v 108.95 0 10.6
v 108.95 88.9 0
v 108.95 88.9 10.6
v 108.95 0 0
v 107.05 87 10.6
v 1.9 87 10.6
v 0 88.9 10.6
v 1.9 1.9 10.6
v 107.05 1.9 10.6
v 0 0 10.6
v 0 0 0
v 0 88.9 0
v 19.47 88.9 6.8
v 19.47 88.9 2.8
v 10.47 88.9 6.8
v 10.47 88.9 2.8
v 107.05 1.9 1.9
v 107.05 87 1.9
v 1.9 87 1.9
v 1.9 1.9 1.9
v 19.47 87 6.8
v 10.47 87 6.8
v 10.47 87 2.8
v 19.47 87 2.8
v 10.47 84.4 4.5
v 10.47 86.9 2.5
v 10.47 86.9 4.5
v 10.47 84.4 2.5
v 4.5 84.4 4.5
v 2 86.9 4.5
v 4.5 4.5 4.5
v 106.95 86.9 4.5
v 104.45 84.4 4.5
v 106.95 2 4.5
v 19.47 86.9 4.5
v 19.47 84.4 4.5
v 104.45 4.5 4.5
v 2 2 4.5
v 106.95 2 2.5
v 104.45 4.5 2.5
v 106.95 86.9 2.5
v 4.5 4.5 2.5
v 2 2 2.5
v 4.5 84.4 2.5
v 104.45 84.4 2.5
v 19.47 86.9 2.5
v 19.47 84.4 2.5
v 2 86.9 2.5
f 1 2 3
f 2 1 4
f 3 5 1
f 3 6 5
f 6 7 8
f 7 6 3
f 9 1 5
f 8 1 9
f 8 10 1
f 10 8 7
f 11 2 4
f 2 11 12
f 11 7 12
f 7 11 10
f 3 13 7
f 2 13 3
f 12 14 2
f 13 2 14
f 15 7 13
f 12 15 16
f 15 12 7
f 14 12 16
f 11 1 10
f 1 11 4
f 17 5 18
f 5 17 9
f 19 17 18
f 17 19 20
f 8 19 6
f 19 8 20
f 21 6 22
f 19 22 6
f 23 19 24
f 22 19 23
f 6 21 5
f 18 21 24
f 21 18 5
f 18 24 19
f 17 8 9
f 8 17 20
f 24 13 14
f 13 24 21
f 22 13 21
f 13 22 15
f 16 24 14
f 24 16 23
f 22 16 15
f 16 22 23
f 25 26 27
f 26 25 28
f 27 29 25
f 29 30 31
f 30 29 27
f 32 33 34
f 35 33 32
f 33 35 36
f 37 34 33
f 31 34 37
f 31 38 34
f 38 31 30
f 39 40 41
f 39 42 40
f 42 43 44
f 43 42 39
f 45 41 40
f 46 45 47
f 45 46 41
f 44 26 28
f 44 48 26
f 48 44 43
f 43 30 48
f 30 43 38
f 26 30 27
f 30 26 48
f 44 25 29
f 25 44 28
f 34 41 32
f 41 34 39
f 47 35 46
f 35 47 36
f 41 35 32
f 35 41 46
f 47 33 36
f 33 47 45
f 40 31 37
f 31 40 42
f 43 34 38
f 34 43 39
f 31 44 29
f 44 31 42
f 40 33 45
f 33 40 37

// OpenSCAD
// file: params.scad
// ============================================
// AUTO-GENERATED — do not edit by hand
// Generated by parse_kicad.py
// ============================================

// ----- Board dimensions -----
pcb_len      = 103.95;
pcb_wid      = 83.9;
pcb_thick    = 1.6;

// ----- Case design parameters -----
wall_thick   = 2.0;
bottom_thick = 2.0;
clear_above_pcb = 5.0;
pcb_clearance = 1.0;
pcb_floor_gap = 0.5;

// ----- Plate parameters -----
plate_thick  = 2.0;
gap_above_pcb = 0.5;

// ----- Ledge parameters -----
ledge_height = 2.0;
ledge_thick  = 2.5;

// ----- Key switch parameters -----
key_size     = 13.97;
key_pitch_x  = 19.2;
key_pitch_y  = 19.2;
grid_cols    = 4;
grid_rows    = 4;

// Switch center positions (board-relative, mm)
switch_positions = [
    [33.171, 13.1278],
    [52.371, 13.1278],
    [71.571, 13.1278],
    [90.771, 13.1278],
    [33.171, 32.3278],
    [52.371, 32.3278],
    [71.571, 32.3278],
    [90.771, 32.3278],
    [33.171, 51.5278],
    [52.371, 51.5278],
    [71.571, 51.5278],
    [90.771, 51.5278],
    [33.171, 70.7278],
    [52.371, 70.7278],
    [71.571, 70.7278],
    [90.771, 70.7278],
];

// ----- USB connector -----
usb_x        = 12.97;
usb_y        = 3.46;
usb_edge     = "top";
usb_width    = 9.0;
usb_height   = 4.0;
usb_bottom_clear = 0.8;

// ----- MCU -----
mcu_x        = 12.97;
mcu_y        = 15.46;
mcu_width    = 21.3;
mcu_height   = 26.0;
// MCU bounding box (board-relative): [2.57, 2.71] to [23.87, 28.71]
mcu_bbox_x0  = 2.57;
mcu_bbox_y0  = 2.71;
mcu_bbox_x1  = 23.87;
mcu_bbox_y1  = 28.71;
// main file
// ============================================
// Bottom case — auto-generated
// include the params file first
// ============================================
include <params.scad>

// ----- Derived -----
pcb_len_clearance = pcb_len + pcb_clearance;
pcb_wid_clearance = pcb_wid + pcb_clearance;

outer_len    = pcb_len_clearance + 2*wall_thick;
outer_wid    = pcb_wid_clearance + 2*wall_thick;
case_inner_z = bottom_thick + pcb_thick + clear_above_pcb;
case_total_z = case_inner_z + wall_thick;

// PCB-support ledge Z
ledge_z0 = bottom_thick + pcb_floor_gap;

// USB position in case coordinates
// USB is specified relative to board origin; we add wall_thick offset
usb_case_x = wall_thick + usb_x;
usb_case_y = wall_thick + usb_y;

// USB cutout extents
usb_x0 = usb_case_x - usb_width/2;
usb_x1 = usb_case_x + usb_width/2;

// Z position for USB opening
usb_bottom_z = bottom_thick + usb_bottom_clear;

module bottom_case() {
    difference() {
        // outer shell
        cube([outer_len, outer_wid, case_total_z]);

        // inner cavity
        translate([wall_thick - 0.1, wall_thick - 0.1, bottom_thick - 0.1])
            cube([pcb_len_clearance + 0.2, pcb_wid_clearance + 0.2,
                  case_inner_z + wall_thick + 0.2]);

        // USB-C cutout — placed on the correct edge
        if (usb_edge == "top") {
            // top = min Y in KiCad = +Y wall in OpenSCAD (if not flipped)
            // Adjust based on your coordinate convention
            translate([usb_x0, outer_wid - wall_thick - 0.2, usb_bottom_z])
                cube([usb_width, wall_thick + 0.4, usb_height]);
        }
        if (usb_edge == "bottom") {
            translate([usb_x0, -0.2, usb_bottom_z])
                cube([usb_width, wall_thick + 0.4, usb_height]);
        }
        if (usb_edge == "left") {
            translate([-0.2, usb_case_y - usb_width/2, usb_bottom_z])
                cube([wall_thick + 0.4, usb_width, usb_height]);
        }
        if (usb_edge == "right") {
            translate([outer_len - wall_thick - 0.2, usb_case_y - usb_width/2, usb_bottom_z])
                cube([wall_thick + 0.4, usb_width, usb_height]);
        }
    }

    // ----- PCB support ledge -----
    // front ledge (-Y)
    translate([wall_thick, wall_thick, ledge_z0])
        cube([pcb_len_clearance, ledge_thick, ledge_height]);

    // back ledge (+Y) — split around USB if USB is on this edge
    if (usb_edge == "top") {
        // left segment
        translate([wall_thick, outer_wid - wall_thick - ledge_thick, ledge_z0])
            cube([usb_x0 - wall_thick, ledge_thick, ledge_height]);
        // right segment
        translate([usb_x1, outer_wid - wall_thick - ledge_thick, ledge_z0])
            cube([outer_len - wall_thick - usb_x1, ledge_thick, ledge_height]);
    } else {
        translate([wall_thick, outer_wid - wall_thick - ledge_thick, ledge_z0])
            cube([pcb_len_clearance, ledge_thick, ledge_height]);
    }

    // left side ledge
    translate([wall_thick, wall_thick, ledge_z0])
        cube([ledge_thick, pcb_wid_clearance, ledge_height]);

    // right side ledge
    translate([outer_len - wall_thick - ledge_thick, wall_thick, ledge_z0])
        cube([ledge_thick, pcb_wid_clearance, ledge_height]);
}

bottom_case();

____________________

## Problem details:
Everything from the first line above up to and including the line that contains "v 1.9 1.9 1.9" should be printed exactly; please print only that.

## Result of the task:
v 108.95 0 10.6
v 108.95 88.9 0
v 108.95 88.9 10.6
v 108.95 0 0
v 107.05 87 10.6
v 1.9 87 10.6
v 0 88.9 10.6
v 1.9 1.9 10.6
v 107.05 1.9 10.6
v 0 0 10.6
v 0 0 0
v 0 88.9 0
v 19.47 88.9 6.8
v 19.47 88.9 2.8
v 10.47 88.9 6.8
v 10.47 88.9 2.8
v 107.05 1.9 1.9
v 107.05 87 1.9
v 1.9 87 1.9
v 1.9 1.9 1.9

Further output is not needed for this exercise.